The Surface Transportation Board (STB), the agency that oversees the freight rail industry, is holding a public hearing to discuss the matter in March. The STB is tasked with adjudicating rate disputes and ensuring that pricing practices are fair.
The Intermodal Shift: From Coal to Consumer Goods
While coal was historically a major commodity moved by rail, its shipments have declined significantly, down 45% from their peak in 2006. The rise of e-commerce has fueled a surge in intermodal container shipments, which can be seamlessly transferred between ships, trains, and trucks. This shift is transforming the freight rail industry,
"We’ve become a more intermodal intensive industry, and so things that we hadn’t done in the past as much as move smaller packages, we’re doing a lot more of that. It gives you more breadth and more reach in terms of the customers that you can serve."
Los Angeles and Chicago are major hubs for intermodal rail traffic. However, this increased reliance on containers has also brought challenges. Thefts from containers carrying goods for major companies like UPS, FedEx, and Amazon have become more common, especially in the Los Angeles area,
"A handful of years ago, theft out of an intermodal box was a nuisance. Happened every once in a while wasn’t organized. Today, over the course of about the last year and a half, that theft has become very well organized."

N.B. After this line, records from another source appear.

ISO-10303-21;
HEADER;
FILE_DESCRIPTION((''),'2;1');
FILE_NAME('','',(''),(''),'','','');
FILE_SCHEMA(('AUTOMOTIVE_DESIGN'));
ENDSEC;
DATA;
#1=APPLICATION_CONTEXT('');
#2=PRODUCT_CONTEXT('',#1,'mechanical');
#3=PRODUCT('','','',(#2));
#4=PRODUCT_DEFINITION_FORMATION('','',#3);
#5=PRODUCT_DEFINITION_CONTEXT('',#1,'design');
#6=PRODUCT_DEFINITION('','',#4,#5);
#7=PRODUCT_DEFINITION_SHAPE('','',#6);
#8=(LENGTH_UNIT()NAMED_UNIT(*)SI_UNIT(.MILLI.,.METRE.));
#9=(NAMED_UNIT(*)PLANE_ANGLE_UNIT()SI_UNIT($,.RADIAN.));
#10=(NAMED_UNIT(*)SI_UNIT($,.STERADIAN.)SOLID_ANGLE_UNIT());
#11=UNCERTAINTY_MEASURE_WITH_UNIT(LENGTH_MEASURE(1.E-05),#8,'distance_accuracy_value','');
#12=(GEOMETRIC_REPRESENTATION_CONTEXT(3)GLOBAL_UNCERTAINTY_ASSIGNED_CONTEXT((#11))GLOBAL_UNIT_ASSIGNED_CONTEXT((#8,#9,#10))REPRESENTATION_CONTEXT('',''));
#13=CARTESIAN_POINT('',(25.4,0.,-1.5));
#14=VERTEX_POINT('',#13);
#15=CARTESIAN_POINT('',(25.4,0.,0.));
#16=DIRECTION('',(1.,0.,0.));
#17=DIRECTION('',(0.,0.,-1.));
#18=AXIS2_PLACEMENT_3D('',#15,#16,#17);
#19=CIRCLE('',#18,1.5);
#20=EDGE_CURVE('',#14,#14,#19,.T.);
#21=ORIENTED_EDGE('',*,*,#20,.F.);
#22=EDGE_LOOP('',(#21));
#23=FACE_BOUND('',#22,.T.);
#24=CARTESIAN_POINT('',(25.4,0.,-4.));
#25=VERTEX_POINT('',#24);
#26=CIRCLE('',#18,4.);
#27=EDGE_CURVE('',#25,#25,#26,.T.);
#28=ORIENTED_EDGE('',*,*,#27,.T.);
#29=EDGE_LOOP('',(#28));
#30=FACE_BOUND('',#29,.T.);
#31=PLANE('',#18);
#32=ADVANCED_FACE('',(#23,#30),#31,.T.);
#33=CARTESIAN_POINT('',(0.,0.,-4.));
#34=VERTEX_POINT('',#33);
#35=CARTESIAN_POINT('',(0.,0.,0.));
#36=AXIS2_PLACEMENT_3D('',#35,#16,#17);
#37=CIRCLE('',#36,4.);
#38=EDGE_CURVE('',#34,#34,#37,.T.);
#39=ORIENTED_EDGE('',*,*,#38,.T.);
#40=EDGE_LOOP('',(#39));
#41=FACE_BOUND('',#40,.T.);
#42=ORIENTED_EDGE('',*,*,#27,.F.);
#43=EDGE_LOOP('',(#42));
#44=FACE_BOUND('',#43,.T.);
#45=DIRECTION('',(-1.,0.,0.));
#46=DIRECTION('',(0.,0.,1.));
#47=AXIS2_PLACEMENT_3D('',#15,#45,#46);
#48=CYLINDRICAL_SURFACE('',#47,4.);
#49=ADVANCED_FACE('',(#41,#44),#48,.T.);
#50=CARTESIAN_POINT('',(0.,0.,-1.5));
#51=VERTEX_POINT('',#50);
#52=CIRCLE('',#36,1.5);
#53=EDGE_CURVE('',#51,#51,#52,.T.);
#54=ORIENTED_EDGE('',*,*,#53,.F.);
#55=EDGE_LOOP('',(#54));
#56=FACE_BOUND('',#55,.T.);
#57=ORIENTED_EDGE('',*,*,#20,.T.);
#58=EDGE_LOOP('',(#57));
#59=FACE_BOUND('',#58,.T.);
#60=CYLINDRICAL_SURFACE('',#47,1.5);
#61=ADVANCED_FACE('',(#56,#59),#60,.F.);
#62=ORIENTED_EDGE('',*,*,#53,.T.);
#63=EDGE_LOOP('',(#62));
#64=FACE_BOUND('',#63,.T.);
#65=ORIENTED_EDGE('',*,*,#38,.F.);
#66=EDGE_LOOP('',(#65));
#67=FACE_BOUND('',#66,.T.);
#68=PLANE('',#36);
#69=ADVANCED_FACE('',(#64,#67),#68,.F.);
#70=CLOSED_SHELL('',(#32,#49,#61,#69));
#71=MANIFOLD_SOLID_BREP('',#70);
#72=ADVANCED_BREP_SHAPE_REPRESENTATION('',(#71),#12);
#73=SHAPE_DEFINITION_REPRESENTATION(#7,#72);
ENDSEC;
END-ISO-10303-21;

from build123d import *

# Parameters (mm, degrees)
SKETCH_1_R      = 4
SKETCH_1_R_2    = 1.5
EXTRUDE_1_DEPTH = 25.4


with BuildPart() as part:
    # ｽｹｯﾁ1 → ﾎﾞｽ - 押し出し1 (new body)
    with BuildSketch(Plane(origin=(0, 0, 0), x_dir=(0, 0, -1), z_dir=(1, 0, 0))):
        Circle(SKETCH_1_R)
        Circle(SKETCH_1_R_2, mode=Mode.SUBTRACT)
    extrude(amount=EXTRUDE_1_DEPTH)


solid = part.part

Navigating Supply Chain Challenges and the Era of Automation
The pandemic exposed vulnerabilities in the global supply chain, leading to significant backlogs at major U.S. ports like Los Angeles and Long Beach, which handle 40% of all goods entering the country by water. This congestion has put pressure on the freight rail industry to maintain efficient movement of goods.

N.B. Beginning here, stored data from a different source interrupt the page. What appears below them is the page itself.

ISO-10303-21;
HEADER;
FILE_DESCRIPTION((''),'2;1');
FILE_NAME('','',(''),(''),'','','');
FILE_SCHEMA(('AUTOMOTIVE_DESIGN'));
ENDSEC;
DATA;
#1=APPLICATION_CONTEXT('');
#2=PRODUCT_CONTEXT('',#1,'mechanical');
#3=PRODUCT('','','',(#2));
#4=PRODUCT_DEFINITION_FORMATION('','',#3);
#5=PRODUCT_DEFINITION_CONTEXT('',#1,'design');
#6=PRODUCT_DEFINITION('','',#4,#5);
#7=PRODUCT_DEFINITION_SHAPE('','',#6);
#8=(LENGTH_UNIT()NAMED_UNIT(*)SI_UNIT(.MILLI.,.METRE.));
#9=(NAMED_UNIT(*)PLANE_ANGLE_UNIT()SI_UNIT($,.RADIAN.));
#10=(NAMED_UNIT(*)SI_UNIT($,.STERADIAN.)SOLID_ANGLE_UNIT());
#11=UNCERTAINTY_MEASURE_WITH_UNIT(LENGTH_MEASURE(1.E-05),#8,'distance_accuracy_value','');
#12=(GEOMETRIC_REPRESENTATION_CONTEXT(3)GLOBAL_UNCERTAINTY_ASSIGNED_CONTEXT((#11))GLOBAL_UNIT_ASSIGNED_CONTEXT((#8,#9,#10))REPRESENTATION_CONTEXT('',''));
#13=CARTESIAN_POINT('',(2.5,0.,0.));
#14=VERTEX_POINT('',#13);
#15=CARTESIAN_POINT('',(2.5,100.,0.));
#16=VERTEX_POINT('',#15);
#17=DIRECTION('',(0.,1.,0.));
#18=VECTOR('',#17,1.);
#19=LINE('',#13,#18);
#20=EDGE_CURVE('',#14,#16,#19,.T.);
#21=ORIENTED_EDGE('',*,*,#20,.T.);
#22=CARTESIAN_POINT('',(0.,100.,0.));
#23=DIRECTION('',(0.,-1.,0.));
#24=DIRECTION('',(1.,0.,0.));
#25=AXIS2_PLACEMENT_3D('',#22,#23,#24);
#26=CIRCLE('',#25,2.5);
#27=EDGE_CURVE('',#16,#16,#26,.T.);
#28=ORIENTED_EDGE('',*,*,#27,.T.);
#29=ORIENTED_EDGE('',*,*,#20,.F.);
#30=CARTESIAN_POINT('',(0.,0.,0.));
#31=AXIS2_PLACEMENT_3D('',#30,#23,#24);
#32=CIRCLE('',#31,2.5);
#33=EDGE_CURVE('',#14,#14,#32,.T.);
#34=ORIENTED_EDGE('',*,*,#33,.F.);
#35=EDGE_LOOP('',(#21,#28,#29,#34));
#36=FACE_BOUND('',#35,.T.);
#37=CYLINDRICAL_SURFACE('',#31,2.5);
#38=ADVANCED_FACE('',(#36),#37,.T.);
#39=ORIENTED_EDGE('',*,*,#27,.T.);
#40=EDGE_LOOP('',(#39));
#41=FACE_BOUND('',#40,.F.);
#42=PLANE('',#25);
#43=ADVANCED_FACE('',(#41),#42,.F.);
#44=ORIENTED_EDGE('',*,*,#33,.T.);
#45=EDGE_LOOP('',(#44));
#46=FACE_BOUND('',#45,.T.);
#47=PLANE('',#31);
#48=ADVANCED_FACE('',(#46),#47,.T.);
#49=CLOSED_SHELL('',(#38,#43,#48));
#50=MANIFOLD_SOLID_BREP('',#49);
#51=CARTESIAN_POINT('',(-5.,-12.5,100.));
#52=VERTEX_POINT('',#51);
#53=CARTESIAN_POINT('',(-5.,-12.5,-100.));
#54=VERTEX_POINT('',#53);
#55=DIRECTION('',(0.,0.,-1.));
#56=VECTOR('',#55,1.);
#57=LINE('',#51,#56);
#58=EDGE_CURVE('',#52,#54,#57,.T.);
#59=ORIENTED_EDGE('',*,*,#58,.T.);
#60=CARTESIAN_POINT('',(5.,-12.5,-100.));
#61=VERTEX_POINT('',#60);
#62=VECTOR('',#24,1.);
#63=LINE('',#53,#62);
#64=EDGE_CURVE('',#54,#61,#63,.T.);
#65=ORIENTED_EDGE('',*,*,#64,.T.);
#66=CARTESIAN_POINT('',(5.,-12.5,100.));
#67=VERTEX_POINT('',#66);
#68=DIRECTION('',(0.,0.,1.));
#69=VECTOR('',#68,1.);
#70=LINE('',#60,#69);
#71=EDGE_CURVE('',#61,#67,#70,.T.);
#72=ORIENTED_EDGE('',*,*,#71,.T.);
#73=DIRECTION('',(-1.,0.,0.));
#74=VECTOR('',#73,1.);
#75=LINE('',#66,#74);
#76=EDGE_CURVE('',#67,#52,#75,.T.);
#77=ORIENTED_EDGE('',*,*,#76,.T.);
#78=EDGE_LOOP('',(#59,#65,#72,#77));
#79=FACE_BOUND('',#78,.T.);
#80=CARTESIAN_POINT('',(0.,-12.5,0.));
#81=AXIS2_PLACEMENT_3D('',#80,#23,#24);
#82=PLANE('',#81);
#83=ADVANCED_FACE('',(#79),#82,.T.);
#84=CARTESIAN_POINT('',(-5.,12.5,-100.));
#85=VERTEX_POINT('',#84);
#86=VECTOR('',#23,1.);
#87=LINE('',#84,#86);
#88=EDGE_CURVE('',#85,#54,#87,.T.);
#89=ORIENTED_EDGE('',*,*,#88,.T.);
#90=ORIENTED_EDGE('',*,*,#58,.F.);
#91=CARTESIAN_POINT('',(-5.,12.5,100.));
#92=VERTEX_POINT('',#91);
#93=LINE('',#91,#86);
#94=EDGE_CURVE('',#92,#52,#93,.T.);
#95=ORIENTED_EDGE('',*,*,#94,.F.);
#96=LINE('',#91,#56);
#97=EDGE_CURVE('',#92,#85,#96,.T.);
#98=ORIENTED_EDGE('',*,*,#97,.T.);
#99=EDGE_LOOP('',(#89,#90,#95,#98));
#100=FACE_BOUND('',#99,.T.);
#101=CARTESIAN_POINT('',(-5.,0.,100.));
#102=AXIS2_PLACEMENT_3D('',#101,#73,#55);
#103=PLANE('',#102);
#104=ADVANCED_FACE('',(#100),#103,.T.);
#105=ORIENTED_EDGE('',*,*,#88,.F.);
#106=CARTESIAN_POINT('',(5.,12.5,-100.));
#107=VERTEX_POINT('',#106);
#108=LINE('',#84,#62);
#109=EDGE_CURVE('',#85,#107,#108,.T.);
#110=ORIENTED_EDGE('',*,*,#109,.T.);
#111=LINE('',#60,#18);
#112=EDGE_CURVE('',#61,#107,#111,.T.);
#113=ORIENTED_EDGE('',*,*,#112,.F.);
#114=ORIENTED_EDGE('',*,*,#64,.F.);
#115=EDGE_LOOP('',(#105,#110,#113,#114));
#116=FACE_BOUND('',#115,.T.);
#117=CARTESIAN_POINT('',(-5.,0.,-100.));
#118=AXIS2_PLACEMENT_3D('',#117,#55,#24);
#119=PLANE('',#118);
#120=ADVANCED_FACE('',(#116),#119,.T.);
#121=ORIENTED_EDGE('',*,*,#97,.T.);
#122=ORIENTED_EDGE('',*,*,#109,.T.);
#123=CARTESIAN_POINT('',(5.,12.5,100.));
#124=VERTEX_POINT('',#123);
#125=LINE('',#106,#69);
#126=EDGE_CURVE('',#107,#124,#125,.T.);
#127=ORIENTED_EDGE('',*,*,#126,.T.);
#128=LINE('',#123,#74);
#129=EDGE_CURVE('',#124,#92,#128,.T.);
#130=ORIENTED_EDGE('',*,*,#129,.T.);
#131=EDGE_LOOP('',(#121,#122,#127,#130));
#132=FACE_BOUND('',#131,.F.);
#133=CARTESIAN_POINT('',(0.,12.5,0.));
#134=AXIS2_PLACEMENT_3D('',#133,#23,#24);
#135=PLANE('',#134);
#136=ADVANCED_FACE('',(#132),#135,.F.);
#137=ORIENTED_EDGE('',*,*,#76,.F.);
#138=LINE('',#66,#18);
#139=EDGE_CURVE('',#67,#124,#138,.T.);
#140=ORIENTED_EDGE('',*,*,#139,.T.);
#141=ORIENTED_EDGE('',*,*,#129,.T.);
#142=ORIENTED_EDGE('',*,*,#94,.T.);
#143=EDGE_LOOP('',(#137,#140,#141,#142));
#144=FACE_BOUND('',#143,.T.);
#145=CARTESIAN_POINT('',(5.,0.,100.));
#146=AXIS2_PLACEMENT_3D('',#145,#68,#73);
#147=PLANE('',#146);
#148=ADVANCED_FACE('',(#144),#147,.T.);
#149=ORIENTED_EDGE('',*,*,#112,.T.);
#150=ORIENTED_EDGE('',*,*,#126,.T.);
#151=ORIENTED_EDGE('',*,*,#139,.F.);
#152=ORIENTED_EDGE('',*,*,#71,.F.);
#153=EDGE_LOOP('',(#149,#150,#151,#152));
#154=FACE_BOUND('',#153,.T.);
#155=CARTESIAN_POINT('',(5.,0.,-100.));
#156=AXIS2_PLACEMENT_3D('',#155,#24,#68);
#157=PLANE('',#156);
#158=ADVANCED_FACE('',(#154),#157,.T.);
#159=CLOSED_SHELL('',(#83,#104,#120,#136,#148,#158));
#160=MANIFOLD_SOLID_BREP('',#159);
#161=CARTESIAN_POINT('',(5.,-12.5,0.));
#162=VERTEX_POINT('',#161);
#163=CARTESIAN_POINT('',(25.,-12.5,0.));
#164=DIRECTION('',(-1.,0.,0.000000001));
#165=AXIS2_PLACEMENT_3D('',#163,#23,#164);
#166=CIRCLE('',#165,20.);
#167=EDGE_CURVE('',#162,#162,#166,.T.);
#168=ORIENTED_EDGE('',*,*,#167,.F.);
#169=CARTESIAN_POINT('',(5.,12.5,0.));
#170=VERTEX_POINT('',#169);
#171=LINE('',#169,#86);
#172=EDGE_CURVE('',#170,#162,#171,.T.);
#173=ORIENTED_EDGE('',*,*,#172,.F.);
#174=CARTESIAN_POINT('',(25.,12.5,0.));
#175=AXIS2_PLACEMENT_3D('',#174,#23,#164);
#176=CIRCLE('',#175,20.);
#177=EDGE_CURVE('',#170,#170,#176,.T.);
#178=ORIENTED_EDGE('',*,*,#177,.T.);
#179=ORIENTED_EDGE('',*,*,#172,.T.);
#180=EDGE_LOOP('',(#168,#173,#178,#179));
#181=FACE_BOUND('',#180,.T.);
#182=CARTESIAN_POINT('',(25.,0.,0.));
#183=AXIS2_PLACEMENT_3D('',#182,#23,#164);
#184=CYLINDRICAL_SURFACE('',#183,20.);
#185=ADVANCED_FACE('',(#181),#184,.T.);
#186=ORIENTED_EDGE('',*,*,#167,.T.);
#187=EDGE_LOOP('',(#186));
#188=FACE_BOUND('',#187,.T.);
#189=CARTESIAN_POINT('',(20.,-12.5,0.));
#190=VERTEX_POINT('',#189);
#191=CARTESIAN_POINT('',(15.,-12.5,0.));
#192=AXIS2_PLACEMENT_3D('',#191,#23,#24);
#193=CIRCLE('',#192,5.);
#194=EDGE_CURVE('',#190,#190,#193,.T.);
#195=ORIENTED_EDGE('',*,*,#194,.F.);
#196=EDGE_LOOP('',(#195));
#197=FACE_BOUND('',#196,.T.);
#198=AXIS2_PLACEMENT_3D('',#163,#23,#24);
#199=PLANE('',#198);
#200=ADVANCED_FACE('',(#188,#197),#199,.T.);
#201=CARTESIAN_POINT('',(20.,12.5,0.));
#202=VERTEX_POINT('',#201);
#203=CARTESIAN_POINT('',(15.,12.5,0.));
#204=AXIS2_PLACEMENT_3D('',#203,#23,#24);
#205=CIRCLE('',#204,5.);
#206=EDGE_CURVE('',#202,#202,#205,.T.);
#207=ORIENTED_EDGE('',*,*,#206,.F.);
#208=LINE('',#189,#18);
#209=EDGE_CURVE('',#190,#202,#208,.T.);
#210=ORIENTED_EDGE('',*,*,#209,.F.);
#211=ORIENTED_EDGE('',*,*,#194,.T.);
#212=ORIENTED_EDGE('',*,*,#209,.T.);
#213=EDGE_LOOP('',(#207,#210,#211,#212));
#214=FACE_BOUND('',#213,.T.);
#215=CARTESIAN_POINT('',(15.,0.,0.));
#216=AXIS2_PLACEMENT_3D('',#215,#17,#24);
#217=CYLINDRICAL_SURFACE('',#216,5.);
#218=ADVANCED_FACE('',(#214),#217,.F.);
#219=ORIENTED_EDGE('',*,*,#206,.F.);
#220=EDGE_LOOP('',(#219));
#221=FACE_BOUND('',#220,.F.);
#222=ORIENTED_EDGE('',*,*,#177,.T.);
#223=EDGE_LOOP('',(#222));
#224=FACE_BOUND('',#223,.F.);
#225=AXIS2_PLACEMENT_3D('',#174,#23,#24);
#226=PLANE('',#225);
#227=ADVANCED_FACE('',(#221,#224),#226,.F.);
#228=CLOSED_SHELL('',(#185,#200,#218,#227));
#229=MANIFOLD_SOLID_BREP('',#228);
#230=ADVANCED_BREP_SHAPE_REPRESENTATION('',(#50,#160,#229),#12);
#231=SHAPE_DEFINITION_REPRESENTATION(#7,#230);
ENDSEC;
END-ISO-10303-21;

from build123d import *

# Parameters (mm, degrees)
F1_DEPTH = 12.5
F0_R     = 5
F2_R     = 2.5
F3_DEPTH = 100


with BuildPart() as f1:
    # F0 (on Front) → F1 (new body, symmetric)
    with BuildSketch(Plane.XZ):
        Polygon((5, 100), (-5, 100), (-5, -100), (5, -100), (5, 1.94e-08), align=None)
    extrude(amount=F1_DEPTH, both=True)


with BuildPart() as f1b:
    # F0 (on Front) → F1, piece 2 (new body, symmetric)
    with BuildSketch(Plane.XZ):
        with BuildLine():
            ThreePointArc((45, 0), (25.0000000097, 20), (5, 1.94e-08))
            ThreePointArc((5, 1.94e-08), (24.9999999903, -20), (45, 0))
        make_face()
        with Locations((15, 0)):
            Circle(F0_R, mode=Mode.SUBTRACT)
    extrude(amount=F1_DEPTH, both=True)


with BuildPart() as f3:
    # F2 (on Front) → F3 (new body)
    with BuildSketch(Plane.XZ):
        Circle(F2_R)
    extrude(amount=-F3_DEPTH)


solid = Compound([f1.part, f1b.part, f3.part])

"When the supply chain is facing challenges…we’ve been working hard to do our part to help alleviate supply chain challenges facing this country, and that’s through operating twenty-four seven. It’s through working with our maritime and our trucking partners to keep goods moving, to stand up additional capacity and really try to keep the economy going."
However, the industry is also facing another significant challenge: automation. The rise of self-driving truck companies like Embark and Plus could disrupt the freight landscape, potentially cutting costs by as much as 70% per mile.

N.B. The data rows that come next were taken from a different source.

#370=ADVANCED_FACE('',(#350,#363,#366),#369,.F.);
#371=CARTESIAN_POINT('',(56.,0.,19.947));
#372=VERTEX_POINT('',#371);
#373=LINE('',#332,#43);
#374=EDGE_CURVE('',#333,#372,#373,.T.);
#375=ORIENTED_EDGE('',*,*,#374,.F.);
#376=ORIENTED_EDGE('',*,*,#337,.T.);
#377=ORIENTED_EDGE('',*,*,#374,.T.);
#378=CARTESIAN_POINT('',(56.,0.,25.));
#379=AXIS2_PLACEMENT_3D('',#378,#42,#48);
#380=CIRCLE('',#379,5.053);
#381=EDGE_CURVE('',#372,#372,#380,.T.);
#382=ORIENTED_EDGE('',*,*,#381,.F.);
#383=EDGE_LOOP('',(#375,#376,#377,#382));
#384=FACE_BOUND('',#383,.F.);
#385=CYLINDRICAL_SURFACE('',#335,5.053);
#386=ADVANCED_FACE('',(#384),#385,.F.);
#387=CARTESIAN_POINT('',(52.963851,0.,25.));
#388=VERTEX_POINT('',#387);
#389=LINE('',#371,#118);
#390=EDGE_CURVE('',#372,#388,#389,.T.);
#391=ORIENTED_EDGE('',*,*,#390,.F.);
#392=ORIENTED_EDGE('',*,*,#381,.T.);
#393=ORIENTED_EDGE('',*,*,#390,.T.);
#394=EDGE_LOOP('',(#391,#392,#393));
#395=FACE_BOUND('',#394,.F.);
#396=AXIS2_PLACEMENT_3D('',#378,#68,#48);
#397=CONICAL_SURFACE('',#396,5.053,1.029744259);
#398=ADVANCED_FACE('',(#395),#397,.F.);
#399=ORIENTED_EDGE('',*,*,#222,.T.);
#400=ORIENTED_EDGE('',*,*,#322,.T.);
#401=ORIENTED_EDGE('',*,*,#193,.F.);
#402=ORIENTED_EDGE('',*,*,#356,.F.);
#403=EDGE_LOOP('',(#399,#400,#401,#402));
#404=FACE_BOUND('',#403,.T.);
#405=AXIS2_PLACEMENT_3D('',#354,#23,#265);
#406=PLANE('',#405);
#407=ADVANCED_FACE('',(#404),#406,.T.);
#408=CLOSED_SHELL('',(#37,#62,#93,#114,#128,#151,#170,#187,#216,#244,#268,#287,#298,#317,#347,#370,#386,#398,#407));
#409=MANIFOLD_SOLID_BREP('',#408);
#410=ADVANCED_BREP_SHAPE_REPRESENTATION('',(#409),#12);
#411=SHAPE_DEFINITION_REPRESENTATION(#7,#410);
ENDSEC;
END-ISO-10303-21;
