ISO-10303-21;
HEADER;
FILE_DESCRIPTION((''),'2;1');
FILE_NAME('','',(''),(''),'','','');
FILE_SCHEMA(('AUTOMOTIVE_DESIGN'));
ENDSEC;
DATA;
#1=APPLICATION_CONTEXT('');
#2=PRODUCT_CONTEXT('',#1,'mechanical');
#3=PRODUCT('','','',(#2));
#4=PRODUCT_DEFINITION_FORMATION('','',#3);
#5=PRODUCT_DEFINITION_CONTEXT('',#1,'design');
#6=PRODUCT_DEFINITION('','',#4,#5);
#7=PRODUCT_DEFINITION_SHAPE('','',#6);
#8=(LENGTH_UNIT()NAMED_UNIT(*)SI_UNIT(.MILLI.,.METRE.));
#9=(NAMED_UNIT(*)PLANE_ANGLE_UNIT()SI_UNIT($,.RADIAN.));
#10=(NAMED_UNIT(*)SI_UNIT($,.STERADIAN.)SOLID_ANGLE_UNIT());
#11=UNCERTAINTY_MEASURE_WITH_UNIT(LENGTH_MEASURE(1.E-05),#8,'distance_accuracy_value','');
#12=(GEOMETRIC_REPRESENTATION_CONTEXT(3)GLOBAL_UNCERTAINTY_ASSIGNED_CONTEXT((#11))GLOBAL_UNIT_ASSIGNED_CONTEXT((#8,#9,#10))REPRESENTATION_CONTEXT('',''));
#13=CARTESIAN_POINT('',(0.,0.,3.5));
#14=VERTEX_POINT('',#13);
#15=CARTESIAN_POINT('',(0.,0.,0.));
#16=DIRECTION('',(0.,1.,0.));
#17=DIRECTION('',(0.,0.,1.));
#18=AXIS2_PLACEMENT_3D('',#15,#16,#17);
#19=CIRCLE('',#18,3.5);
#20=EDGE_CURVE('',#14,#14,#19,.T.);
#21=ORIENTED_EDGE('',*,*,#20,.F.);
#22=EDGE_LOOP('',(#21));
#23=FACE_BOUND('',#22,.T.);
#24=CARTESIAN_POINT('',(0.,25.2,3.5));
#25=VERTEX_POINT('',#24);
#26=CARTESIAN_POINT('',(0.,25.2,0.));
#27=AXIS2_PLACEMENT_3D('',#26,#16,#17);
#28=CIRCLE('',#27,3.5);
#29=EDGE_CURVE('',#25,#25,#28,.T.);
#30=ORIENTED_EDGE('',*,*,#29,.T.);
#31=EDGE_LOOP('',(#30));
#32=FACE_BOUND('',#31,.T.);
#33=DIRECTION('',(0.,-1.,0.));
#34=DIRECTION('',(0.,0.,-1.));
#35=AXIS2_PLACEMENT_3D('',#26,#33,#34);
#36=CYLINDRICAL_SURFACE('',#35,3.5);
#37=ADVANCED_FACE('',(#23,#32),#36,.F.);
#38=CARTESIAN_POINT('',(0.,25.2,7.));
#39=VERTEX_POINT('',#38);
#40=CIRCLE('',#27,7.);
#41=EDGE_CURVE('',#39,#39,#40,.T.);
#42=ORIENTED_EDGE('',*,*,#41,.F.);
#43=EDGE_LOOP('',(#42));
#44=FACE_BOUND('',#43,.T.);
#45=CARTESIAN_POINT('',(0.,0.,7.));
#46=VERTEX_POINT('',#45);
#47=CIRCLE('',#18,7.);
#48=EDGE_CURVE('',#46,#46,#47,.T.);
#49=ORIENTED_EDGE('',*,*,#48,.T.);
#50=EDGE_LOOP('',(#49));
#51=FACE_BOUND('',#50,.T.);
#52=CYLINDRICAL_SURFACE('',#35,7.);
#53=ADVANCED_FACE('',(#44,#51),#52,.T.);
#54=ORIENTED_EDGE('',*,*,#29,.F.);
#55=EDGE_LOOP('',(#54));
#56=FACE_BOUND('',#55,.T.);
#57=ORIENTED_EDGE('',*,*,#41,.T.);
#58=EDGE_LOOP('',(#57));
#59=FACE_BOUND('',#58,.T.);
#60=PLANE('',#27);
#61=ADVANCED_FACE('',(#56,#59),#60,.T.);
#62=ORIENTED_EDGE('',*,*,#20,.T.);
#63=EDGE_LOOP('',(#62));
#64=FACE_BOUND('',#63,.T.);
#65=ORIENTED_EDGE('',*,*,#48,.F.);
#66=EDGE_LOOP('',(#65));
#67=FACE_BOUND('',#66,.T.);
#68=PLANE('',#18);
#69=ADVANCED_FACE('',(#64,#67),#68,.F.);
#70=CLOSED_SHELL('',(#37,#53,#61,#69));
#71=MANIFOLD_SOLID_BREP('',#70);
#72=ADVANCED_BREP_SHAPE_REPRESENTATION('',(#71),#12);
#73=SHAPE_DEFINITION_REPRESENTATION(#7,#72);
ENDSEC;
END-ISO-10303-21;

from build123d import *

# Parameters (mm, degrees)
SKETCH_1_R      = 7
SKETCH_1_R_2    = 3.5
EXTRUDE_1_DEPTH = 25.2


with BuildPart() as part:
    # Эскиз1 → Вытянуть1 (new body)
    with BuildSketch(Plane(origin=(0, 0, 0), x_dir=(1, 0, 0), z_dir=(0, 1, 0))):
        with Locations(Location((0, 0, 0), (0, 0, 270))):
            Circle(SKETCH_1_R)
        with Locations(Location((0, 0, 0), (0, 0, 270))):
            Circle(SKETCH_1_R_2, mode=Mode.SUBTRACT)
    extrude(amount=EXTRUDE_1_DEPTH)


solid = part.part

"If that plays out, that’s going to put significant pressure on the railroads because they simply cannot maintain high pricing and really participate in that intermodal traffic."
Freight railroads are actively responding to this threat, investing in automation technology and exploring the potential of self-driving trains.
"We see an awful lot of emphasis on autonomous trucks, and I’m pretty sure within our lifetime we’ll see driverless trucks on the road. But we also then need to be able to automate the railroads to keep up with that."
"Ultimately, our answer to autonomous trucks is autonomous trains."
Labor Concerns and the Importance of Freight Rail
While automation poses a threat to the future of trucking jobs, the rail industry has its own set of labor concerns. The industry’s reliance on skilled labor, coupled with automation initiatives and union pushback on operational changes, have led to shrinking workforce numbers.
"There’s pressure to protect jobs. The regulators have to be very, very careful that we don’t end up back in the 1970s in 10 or 20 more years when the trucking industry has evolved, being highly innovative and automated, and rails are back holding the two-man crews because the federal government has said you will have a two-man crew rule."
Despite these challenges, the future of the freight rail industry remains bright. The projected growth in freight volume is expected to soar 50% by 2050, highlighting the critical role this network will continue to play in transporting goods both domestically and internationally.
"And it’s important that people realize that we’re out there working out on the network outside twenty-four seven. We’ve done that throughout the pandemic. We’ve done that throughout the supply chain challenges we’ve seen, and we’ll continue to do that into the future."